Pero fue más generoso aun con los que pudimos entrar en su universo personal, ese al que te invitaba sin demasiados procesos de selección. Le bastaba con observarte, mirar por debajo de las gafas con esa mirada curtida en los barrios y los dos lados de las barras, allí donde se forjan los rebeldes. Si le entrabas por el ojo eras de su tribu. Y allí siempre se siente el calor del hogar. El calor de las brasas.

Porque habrá quien diseccione mejor que yo al Ravelo escritor. Al maestro de lo negro que hizo de Eladio Monroy el rey de la ciudad. Al tierno escritor que logró el sustento con preciosas historias infantiles. Al dramaturgo genial que firmó casi en el anonimato brillantes obras de teatro. Pero yo me quedaré toda la vida con el Alexis de las brasas. El que junto al fuego construyó un arca en el que sus amigos estábamos a salvo.

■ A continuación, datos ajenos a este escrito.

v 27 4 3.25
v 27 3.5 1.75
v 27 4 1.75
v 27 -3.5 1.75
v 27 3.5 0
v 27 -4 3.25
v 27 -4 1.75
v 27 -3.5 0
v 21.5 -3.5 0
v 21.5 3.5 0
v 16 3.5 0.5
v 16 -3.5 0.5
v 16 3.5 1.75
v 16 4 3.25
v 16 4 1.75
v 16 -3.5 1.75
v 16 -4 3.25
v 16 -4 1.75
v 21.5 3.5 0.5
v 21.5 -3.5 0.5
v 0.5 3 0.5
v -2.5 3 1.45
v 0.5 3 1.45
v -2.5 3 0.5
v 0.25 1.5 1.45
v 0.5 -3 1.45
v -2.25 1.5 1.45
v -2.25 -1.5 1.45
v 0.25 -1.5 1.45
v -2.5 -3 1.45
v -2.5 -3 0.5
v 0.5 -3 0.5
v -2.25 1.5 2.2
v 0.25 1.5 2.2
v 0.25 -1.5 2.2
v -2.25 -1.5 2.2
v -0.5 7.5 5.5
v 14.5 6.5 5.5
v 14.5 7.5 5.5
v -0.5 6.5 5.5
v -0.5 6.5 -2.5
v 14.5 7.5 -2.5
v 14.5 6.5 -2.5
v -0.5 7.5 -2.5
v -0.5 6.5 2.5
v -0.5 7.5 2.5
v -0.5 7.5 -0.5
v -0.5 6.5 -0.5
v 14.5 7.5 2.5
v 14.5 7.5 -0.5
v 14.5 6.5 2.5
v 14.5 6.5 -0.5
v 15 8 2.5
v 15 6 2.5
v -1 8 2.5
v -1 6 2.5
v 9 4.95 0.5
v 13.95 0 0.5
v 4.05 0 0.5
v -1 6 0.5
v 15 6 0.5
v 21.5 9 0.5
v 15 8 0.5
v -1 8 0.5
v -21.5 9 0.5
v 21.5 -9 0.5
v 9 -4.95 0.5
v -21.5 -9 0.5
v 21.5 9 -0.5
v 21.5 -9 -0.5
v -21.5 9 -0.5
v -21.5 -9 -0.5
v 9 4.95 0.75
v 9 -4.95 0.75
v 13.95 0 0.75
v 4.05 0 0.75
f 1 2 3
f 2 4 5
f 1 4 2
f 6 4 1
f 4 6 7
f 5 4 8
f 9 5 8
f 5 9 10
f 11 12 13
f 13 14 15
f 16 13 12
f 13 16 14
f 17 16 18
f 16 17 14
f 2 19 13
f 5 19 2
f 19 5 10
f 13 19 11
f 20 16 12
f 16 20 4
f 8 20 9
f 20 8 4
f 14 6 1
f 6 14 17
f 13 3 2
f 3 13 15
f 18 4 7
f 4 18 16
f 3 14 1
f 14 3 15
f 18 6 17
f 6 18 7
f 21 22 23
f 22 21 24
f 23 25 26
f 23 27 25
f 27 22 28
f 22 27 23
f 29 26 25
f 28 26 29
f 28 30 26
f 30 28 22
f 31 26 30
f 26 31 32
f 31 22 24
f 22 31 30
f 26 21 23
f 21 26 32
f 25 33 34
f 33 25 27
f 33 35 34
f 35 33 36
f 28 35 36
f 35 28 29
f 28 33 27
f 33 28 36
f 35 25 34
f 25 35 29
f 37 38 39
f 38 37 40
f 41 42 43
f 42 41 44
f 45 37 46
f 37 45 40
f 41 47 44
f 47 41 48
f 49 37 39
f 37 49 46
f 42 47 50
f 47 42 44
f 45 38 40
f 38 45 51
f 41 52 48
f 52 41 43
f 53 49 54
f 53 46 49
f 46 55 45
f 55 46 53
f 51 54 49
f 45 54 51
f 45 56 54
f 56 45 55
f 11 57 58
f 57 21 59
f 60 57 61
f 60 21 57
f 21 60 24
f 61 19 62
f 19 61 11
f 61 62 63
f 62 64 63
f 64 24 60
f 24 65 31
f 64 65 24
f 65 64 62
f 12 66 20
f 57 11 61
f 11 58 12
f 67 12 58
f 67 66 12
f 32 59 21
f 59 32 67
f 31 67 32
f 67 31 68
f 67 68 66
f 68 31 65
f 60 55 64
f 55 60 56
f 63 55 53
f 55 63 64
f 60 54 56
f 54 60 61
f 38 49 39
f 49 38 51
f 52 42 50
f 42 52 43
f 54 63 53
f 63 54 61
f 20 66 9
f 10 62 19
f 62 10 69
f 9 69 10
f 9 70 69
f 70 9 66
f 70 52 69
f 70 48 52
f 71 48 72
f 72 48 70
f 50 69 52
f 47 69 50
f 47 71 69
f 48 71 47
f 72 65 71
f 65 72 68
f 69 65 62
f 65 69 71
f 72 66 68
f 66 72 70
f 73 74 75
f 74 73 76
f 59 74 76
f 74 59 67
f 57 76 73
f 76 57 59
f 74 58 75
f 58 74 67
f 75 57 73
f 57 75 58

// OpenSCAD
hore = 0; //ci budu piny napajkovane smerom hore alebo dole
module doska(){
color( "MediumBlue", 1.0 )
 cube([43,18,1], true);
}

module connector(){
     cube([11,7,2], true);
     translate([0,0,1.5])
      cube([11,8,1.5], true);
}
module ATMega(){
    color( "Black", 1.0 )
     cube([7,7,0.5], true);
}
module reset(){
    color( "Silver", 1.0 )
    cube([6,3,1.5], true);
    translate([0,0,1])
    color( "White", 1.0 )
     cube([3,2.5,1], true);
}
module pin(){
   color( "Silver", 1.0 )
    cube([1,1,8], true); 
   color( "Black", 1.0 )
    cube([2,2,2], true); 
}

module celok(){
doska();
    
translate([21.5,0,1])
connector();
    
translate([9,0,0.5])
rotate([0,0,45])
ATMega();
    
translate([-1,0,0.7])
rotate([0,0,90])
reset();

for (i = [0:14])
{
    translate([i,7,1.5])
     pin();
}

}
celok();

Encontrábamos refugio. Mientras se calentaba el carbón y ofrecía con orgullo un vermú, siempre con sifón. Esa es la imagen que nunca podré olvidar; los acordes desafinados de una vieja guitarra y el atentado perpetrado a las canciones de Rubén Blades.

Nunca olvidaremos sus libros, que permanecerán en nuestras estanterías y que algún día, cuando este dolor decida atenuarse, volveremos a leer. Pero tampoco podremos apagar las brasas de un tipo que vivió como escribió. A corazón abierto.